US House Votes
to Restrict Iraqi and Syrian Refugees Entry
By BBC
November 19, 2015
"Information
Clearing House" - "BBC"
- The US House of Representatives has passed a bill that
tightens restrictions on the resettlement of Syrian and Iraqi
refugees, amid security concerns.
Dozens of Democrats joined Republicans as the
House passed the measure 289-137, in a rebuke to the White House.
President Barack Obama has said he will veto the
legislation.
The bill follows the attacks in Paris that left
129 people dead, claiming to the be the work of Islamic State.

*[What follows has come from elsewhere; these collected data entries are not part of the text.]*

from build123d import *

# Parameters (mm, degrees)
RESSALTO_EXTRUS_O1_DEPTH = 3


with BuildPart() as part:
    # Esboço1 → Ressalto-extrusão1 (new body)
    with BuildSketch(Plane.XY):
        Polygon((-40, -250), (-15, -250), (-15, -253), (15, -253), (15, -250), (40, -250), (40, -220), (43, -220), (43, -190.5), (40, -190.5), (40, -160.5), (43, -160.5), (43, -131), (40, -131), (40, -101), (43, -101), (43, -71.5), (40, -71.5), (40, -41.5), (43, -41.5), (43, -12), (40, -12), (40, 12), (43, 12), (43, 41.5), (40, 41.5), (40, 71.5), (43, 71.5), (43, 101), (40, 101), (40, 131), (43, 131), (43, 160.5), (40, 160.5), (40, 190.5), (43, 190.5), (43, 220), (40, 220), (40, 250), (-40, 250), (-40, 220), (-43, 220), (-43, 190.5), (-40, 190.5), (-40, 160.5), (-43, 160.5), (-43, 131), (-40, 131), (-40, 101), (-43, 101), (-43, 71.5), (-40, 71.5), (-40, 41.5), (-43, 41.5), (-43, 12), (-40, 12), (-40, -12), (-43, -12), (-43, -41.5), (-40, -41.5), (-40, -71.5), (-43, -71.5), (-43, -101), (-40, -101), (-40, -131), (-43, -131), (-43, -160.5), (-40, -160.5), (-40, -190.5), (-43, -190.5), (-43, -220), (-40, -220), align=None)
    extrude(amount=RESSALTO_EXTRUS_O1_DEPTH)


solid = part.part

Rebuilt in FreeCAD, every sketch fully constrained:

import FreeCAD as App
import Part
import Sketcher
Q = App.Units.Quantity

doc = App.newDocument("Part")
body = doc.addObject("PartDesign::Body", "Body")

# Sketch on XY plane
sketch1 = body.newObject("Sketcher::SketchObject", "Sketch")
sketch1.AttachmentSupport = (doc.getObject("XY_Plane"), [""])
sketch1.MapMode = "FlatFace"
sketch1.addGeometry([
    Part.LineSegment(App.Vector(-40, -250, 0), App.Vector(-15, -250, 0)),  # 0
    Part.LineSegment(App.Vector(-15, -250, 0), App.Vector(-15, -253, 0)),  # 1
    Part.LineSegment(App.Vector(-15, -253, 0), App.Vector(15, -253, 0)),  # 2
    Part.LineSegment(App.Vector(15, -253, 0), App.Vector(15, -250, 0)),  # 3
    Part.LineSegment(App.Vector(15, -250, 0), App.Vector(40, -250, 0)),  # 4
    Part.LineSegment(App.Vector(40, -250, 0), App.Vector(40, -220, 0)),  # 5
    Part.LineSegment(App.Vector(40, -220, 0), App.Vector(43, -220, 0)),  # 6
    Part.LineSegment(App.Vector(43, -220, 0), App.Vector(43, -190.5, 0)),  # 7
    Part.LineSegment(App.Vector(43, -190.5, 0), App.Vector(40, -190.5, 0)),  # 8
    Part.LineSegment(App.Vector(40, -190.5, 0), App.Vector(40, -160.5, 0)),  # 9
    Part.LineSegment(App.Vector(40, -160.5, 0), App.Vector(43, -160.5, 0)),  # 10
    Part.LineSegment(App.Vector(43, -160.5, 0), App.Vector(43, -131, 0)),  # 11
    Part.LineSegment(App.Vector(43, -131, 0), App.Vector(40, -131, 0)),  # 12
    Part.LineSegment(App.Vector(40, -131, 0), App.Vector(40, -101, 0)),  # 13
    Part.LineSegment(App.Vector(40, -101, 0), App.Vector(43, -101, 0)),  # 14
    Part.LineSegment(App.Vector(43, -101, 0), App.Vector(43, -71.5, 0)),  # 15
    Part.LineSegment(App.Vector(43, -71.5, 0), App.Vector(40, -71.5, 0)),  # 16
    Part.LineSegment(App.Vector(40, -71.5, 0), App.Vector(40, -41.5, 0)),  # 17
    Part.LineSegment(App.Vector(40, -41.5, 0), App.Vector(43, -41.5, 0)),  # 18
    Part.LineSegment(App.Vector(43, -41.5, 0), App.Vector(43, -12, 0)),  # 19
    Part.LineSegment(App.Vector(43, -12, 0), App.Vector(40, -12, 0)),  # 20
    Part.LineSegment(App.Vector(40, -12, 0), App.Vector(40, 12, 0)),  # 21
    Part.LineSegment(App.Vector(40, 12, 0), App.Vector(43, 12, 0)),  # 22
    Part.LineSegment(App.Vector(43, 12, 0), App.Vector(43, 41.5, 0)),  # 23
    Part.LineSegment(App.Vector(43, 41.5, 0), App.Vector(40, 41.5, 0)),  # 24
    Part.LineSegment(App.Vector(40, 41.5, 0), App.Vector(40, 71.5, 0)),  # 25
    Part.LineSegment(App.Vector(40, 71.5, 0), App.Vector(43, 71.5, 0)),  # 26
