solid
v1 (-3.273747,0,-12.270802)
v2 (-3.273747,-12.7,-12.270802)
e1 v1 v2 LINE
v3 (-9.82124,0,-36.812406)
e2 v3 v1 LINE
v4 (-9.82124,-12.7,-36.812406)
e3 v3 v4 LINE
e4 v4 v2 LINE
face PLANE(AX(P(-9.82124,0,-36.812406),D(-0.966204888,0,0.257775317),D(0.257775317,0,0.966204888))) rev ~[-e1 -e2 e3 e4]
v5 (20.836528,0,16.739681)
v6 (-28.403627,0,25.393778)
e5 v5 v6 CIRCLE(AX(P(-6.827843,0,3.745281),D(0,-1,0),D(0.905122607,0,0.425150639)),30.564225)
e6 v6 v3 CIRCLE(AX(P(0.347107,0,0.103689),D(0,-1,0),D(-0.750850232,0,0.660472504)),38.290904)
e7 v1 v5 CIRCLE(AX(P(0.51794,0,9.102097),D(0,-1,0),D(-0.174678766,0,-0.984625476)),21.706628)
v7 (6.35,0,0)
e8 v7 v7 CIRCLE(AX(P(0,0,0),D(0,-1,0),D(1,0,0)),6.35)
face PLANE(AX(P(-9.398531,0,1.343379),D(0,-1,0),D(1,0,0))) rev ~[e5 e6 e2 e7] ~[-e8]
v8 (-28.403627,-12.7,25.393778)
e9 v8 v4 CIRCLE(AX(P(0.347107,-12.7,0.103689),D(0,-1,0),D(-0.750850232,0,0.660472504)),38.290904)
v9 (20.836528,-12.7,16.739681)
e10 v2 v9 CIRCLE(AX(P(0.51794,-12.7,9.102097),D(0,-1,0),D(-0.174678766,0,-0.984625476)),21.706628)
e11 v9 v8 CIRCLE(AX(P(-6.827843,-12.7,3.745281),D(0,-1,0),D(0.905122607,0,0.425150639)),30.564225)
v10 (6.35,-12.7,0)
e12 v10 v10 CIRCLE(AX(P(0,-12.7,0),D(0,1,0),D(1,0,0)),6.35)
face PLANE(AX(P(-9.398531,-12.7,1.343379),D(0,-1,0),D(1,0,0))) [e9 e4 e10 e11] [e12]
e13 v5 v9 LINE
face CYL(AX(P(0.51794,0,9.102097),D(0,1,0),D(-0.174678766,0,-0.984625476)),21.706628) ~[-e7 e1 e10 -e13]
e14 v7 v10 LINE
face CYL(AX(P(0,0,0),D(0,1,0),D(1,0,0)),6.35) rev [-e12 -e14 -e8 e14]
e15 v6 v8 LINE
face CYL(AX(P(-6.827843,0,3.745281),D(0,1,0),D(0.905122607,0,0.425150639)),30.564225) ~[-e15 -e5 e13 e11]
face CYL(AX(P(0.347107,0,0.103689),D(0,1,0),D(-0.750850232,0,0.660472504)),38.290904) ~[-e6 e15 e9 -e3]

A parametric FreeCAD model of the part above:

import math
import FreeCAD as App
import Part
import Sketcher
Q = App.Units.Quantity

doc = App.newDocument("Part")
params = doc.addObject("Spreadsheet::Sheet", "Params")
for row, (alias, value) in enumerate([
    ("sketch1_length", "1 in"),
    ("pad1_length", "0.5 in"),
    ("sketch2_diameter", "0.5 in"),
    ("pocket1_length", "1 in"),
], start=1):
    params.set(f"A{row}", alias)
    params.set(f"B{row}", "=" + value)
    params.setAlias(f"B{row}", alias)

body = doc.addObject("PartDesign::Body", "Body")

sketch1 = body.newObject("Sketcher::SketchObject", "Sketch")
sketch1.AttachmentSupport = (doc.getObject("XZ_Plane"), [""])
sketch1.MapMode = "FlatFace"
sketch1.addGeometry([
    Part.ArcOfCircle(Part.Circle(App.Vector(0, 0, 0), App.Vector(0, 0, 1), 38), math.radians(139), math.radians(255)),
    Part.LineSegment(App.Vector(-10, -37, 0), App.Vector(-3, -12, 0)),
    Part.ArcOfCircle(Part.Circle(App.Vector(1, 9, 0), App.Vector(0, 0, 1), 22), math.radians(-100), math.radians(21)),
    Part.ArcOfCircle(Part.Circle(App.Vector(-7, 4, 0), App.Vector(0, 0, 1), 31), math.radians(25), math.radians(135)),
], False)
sketch1.addConstraint([
    Sketcher.Constraint("Coincident", 0, 2, 1, 1),
    Sketcher.Constraint("Coincident", 1, 2, 2, 1),
    Sketcher.Constraint("Coincident", 2, 2, 3, 1),
    Sketcher.Constraint("Coincident", 3, 2, 0, 1),
    Sketcher.Constraint("Distance", 1, Q("1 in")),
    Sketcher.Constraint("Radius", 2, Q("21.706628 mm")),
    Sketcher.Constraint("Radius", 0, Q("38.290904 mm")),
    Sketcher.Constraint("Radius", 3, Q("30.564225 mm")),
    Sketcher.Constraint("DistanceY", 1, 2, 2, 3, Q("21.372899 mm")),
    Sketcher.Constraint("DistanceY", 3, 3, 2, 2, Q("12.9944 mm")),
    Sketcher.Constraint("DistanceY", -1, 1, 0, 3, Q("0.103689 mm")),
    Sketcher.Constraint("DistanceX", -1, 1, 2, 3, Q("0.51794 mm")),
    Sketcher.Constraint("DistanceY", -1, 1, 3, 3, Q("3.745281 mm")),
    Sketcher.Constraint("DistanceX", 0, 2, -1, 1, Q("9.82124 mm")),
    Sketcher.Constraint("DistanceY", -1, 1, 3, 2, Q("25.393778 mm")),
])
sketch1.setExpression("Constraints[4]", "Params.sketch1_length")
pad1 = body.newObject("PartDesign::Pad", "Pad")
pad1.Profile = sketch1
pad1.setExpression("Length", "Params.pad1_length")

sketch2 = body.newObject("Sketcher::SketchObject", "Sketch001")
sketch2.AttachmentSupport = (doc.getObject("XZ_Plane"), [""])
sketch2.MapMode = "FlatFace"
sketch2.addGeometry(Part.Circle(App.Vector(0, 0, 0), App.Vector(0, 0, 1), 6), False)
sketch2.addConstraint([
    Sketcher.Constraint("Coincident", 0, 3, -1, 1),
    Sketcher.Constraint("Diameter", 0, Q("0.5 in")),
])
sketch2.setExpression("Constraints[1]", "Params.sketch2_diameter")
pocket1 = body.newObject("PartDesign::Pocket", "Pocket")
pocket1.Profile = sketch2
pocket1.setExpression("Length", "Params.pocket1_length")
pocket1.Reversed = True

doc.recompute()
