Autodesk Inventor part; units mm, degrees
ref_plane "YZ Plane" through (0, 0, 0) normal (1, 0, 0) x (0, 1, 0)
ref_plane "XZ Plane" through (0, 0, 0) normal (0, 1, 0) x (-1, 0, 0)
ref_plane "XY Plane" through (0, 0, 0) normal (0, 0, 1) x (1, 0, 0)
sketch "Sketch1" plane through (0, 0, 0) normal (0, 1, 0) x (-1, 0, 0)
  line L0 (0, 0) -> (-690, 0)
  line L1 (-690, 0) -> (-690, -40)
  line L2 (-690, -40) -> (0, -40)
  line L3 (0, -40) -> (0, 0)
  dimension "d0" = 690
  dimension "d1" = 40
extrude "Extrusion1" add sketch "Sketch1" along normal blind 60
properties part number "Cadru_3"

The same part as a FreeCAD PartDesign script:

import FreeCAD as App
import Part
import Sketcher

V = App.Vector
Q = App.Units.Quantity


def add_polygon(sketch, points):
    """Adds a closed chain of lines whose ends are joined by coincident constraints."""
    first, n = sketch.GeometryCount, len(points)
    for a, b in zip(points, points[1:] + points[:1]):
        sketch.addGeometry(Part.LineSegment(App.Vector(*a, 0), App.Vector(*b, 0)), False)
    for i in range(n):
        sketch.addConstraint(Sketcher.Constraint("Coincident", first + i, 2, first + (i + 1) % n, 1))

doc = App.newDocument("Part")
body = doc.addObject("PartDesign::Body", "Body")

# Sketch on XZ plane
sketch1 = body.newObject("Sketcher::SketchObject", "Sketch")
sketch1.AttachmentSupport = (doc.getObject("XZ_Plane"), [""])
sketch1.MapMode = "FlatFace"
add_polygon(sketch1, [(0, -40), (0, 0), (690, 0), (690, -40)])  # lines 0-3
sketch1.addConstraint(Sketcher.Constraint("Vertical", 0))
sketch1.addConstraint(Sketcher.Constraint("Horizontal", 1))
sketch1.addConstraint(Sketcher.Constraint("Vertical", 2))
sketch1.addConstraint(Sketcher.Constraint("Horizontal", 3))
sketch1.addConstraint(Sketcher.Constraint("Coincident", 0, 2, -1, 1))
sketch1.addConstraint(Sketcher.Constraint("DistanceX", 1, 1, 1, 2, Q("690 mm")))
sketch1.addConstraint(Sketcher.Constraint("DistanceY", 0, 1, 0, 2, Q("40 mm")))
pad1 = body.newObject("PartDesign::Pad", "Pad")
pad1.Profile = sketch1
pad1.Length = 60
pad1.Reversed = True

doc.recompute()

Seven of the perpetrators died in the attacks, and
one of them is thought to have been a Syrian who entered Europe via
Greece with migrants.
It still needs to pass the Senate before hitting
Mr Obama's desk.
The bill would require the head of the FBI, the
Department of Homeland Security, and the Director of National
Intelligence to sign off on each refugee as being "not a threat to
the security of the United States," following an FBI background
check.
"We are a compassionate nation," said
newly-elected House Speaker Paul Ryan, a Republican. "But we also
must remember that our priority is to protect the American people."
Republicans do not have the votes to override Mr
Obama's veto, but say that their affirmative vote in symbolic.
The current vetting process
- takes two years
- in-person
interviews and supporting documents
- their
experience of conflict cross-checked against intelligence
- about 50% of
applicants approved
Step-by-step: how a Syrian refugee gets to the US
Rand Paul, a senator from Kentucky who is
currently running for president, has highlighted a 2011 case in his
home state of two Iraqi refugees who schemed to send rifles,
missiles and money to al-Qaeda against US troops in Iraqi. They are
now imprisoned.
The White House has said that 2,174 Syrians have
been admitted to the US since the attacks in September 2001, and
noted that none of them has been arrested or deported for terror
offences.
Millions of Syrians have fled to neighbouring
countries and to Europe since the Syrian conflict began about four
years ago.
The Obama administration announced in September
that it wanted to resettle about
10,000 Syrian refugees in the US by the same time next year.